▶ Exercise goal:
The response must contain every line below in which "part" appears.

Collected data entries
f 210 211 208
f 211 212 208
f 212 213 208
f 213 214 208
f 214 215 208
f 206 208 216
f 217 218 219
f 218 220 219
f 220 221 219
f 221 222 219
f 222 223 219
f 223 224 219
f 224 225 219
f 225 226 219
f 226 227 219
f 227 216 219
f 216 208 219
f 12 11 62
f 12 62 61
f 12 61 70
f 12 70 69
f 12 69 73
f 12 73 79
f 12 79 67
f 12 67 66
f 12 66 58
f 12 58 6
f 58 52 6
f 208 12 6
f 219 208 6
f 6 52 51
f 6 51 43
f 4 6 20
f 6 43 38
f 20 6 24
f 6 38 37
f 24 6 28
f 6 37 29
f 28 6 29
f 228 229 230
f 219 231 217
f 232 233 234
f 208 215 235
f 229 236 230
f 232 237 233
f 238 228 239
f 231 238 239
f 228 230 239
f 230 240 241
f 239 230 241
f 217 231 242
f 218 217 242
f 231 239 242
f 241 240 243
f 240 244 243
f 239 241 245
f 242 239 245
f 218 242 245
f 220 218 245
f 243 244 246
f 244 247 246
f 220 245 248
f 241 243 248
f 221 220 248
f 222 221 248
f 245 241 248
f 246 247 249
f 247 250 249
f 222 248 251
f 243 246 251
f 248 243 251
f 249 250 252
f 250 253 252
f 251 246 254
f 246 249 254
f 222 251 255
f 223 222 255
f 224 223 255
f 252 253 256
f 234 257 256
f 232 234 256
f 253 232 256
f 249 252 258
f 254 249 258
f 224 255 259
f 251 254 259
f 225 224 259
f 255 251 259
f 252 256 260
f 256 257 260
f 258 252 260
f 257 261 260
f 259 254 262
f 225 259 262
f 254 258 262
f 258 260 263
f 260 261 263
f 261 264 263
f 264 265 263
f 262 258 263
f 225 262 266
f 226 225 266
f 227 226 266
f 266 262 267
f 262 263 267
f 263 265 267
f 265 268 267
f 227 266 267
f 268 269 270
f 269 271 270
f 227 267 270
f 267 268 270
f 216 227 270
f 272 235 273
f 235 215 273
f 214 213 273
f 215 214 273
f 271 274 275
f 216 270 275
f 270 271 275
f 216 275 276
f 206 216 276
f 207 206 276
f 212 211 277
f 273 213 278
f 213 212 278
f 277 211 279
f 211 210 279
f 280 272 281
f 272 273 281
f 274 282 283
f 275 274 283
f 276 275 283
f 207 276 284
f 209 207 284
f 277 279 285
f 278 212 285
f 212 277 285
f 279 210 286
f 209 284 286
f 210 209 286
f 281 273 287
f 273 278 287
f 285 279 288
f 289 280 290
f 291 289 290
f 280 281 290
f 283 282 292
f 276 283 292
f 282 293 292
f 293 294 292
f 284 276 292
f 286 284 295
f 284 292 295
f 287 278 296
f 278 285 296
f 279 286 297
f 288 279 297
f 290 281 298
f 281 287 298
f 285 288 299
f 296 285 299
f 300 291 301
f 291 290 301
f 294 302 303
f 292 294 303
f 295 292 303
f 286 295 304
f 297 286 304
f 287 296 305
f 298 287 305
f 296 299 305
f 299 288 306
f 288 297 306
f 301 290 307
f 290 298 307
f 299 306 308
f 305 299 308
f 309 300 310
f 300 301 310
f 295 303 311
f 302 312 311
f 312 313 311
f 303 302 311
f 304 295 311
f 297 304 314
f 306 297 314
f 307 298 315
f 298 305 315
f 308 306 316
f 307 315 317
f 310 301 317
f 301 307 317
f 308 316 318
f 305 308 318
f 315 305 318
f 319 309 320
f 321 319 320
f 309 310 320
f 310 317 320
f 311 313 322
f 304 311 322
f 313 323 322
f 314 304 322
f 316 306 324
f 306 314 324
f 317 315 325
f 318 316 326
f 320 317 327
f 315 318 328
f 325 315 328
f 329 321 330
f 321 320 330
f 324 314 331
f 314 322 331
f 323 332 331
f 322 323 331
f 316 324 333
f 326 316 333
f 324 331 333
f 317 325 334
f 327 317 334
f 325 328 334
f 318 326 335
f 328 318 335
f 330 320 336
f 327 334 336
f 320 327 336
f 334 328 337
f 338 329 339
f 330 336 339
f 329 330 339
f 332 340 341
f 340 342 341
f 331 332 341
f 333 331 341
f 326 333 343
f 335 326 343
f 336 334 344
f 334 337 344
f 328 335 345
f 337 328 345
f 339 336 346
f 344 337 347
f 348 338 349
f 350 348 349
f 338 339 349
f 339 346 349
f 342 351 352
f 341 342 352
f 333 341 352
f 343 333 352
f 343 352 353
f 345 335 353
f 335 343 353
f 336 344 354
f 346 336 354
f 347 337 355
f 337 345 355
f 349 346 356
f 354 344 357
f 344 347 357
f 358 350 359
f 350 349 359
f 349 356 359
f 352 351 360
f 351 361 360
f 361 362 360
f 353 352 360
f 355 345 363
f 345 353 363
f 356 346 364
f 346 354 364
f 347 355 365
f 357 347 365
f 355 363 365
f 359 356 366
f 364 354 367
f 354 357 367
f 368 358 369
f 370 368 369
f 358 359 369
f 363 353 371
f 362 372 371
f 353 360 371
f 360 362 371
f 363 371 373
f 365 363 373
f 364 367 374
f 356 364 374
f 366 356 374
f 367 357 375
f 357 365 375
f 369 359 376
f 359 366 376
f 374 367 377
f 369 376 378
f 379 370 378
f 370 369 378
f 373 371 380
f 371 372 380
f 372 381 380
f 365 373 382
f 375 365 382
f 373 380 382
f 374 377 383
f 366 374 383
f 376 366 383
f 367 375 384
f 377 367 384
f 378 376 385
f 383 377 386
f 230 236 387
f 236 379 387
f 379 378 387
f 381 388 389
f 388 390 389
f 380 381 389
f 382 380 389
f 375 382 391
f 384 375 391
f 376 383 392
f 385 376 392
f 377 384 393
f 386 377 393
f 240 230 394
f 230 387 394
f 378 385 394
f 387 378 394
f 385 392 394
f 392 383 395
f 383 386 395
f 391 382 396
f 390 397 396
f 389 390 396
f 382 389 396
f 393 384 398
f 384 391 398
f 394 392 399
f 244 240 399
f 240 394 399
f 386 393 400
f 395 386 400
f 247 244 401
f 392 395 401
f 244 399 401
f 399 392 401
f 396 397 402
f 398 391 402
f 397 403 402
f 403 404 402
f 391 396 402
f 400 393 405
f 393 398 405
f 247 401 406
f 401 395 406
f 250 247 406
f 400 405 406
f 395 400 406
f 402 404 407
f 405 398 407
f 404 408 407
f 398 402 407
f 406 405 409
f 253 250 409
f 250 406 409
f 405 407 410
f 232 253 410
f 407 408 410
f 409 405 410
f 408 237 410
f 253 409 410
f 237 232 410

...

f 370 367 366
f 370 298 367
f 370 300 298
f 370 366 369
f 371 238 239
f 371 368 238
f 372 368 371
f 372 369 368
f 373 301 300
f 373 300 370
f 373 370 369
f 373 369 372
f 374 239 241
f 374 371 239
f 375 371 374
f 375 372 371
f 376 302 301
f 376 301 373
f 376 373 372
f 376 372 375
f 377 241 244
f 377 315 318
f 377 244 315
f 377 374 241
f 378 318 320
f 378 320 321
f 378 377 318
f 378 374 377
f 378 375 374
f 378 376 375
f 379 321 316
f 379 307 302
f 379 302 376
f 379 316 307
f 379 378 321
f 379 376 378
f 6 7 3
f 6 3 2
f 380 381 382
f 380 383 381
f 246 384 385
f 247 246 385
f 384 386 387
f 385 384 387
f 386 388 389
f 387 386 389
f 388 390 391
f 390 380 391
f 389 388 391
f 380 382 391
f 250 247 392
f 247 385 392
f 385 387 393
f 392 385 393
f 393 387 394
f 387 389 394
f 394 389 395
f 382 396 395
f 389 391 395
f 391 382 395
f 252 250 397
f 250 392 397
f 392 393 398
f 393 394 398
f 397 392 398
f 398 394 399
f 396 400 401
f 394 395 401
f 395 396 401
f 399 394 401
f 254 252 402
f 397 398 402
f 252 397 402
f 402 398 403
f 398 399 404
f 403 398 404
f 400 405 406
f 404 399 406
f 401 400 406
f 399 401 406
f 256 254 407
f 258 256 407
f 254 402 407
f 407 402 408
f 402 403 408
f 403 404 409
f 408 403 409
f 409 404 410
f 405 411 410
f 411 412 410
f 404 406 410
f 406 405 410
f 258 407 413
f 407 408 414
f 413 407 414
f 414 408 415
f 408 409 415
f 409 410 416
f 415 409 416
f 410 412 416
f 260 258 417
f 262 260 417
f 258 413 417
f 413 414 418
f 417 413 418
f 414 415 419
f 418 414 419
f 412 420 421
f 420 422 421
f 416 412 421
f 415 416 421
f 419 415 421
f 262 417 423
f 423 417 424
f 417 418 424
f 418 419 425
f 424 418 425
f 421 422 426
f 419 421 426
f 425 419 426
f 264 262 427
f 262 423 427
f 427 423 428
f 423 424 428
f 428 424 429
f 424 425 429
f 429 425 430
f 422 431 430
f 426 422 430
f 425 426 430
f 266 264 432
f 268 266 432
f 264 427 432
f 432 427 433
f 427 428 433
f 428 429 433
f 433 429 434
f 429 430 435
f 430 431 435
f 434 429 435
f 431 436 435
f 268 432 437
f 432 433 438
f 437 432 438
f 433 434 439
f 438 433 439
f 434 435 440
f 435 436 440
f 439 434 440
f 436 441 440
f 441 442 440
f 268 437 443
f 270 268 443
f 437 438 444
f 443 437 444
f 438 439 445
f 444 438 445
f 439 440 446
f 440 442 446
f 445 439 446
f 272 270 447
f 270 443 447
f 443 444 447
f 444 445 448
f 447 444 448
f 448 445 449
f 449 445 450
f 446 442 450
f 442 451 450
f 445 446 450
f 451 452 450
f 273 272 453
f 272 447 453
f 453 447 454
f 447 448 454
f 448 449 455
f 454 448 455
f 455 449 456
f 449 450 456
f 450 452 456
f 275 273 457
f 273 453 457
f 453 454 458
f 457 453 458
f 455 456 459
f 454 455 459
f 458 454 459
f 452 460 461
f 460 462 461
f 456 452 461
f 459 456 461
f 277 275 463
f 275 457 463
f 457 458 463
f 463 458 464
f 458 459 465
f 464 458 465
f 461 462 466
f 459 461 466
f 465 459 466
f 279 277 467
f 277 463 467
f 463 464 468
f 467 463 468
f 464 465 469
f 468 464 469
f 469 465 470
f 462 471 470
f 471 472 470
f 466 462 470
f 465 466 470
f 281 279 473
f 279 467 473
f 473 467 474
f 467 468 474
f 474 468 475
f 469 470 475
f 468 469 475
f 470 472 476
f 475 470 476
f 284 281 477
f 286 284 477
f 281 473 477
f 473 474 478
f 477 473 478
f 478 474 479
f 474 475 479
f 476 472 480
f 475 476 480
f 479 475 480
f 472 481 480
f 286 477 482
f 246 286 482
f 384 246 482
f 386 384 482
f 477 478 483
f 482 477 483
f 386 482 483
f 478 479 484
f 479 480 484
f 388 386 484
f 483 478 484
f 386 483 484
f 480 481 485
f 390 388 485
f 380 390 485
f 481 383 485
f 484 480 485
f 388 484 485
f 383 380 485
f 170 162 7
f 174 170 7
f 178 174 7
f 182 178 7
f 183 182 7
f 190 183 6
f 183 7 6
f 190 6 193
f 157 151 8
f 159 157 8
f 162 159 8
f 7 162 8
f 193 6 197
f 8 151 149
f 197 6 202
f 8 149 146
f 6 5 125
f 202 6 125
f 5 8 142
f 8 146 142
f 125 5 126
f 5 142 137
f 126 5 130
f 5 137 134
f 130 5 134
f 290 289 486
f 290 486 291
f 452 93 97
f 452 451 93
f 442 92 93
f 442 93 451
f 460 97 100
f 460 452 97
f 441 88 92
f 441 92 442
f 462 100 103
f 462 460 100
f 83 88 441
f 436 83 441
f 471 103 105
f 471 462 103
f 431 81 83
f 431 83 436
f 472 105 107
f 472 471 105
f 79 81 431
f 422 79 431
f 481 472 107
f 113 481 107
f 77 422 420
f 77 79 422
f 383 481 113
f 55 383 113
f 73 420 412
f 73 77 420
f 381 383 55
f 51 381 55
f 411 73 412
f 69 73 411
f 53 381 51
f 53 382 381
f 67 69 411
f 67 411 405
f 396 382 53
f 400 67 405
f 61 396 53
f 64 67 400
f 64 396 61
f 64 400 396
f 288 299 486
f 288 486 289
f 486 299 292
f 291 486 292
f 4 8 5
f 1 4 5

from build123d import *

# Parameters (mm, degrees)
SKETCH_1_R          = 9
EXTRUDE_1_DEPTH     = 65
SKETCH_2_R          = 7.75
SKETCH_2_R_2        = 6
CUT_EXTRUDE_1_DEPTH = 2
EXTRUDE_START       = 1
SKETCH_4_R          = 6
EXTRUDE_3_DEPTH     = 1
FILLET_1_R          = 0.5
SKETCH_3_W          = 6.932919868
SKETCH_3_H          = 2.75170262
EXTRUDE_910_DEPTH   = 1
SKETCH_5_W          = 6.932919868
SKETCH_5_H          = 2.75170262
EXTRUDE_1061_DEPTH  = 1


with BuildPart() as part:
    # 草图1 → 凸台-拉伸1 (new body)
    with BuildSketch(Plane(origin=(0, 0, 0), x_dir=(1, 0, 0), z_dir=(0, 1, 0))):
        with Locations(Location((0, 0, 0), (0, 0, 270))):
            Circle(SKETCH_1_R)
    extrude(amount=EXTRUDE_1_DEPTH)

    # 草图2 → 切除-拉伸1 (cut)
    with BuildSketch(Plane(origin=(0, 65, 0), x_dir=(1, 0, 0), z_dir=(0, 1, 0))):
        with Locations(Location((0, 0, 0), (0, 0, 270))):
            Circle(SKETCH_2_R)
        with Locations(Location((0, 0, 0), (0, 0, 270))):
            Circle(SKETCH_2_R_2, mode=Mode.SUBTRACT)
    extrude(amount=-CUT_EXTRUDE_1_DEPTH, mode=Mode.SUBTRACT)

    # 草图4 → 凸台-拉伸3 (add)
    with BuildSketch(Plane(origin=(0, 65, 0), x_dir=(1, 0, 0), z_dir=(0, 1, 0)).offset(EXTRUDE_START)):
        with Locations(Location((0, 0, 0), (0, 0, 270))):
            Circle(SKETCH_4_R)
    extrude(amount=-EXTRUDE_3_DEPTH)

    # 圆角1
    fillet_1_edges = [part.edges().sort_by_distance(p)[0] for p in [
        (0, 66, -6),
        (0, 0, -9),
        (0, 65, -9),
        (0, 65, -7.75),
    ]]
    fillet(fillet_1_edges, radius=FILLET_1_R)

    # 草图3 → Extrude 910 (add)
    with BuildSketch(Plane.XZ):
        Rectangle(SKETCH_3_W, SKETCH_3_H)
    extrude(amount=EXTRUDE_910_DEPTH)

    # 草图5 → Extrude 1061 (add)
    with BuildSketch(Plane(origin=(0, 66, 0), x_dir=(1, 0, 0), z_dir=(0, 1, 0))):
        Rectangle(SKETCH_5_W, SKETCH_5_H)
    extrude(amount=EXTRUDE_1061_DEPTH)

▶ Answer:
with BuildPart() as part:
    fillet_1_edges = [part.edges().sort_by_distance(p)[0] for p in [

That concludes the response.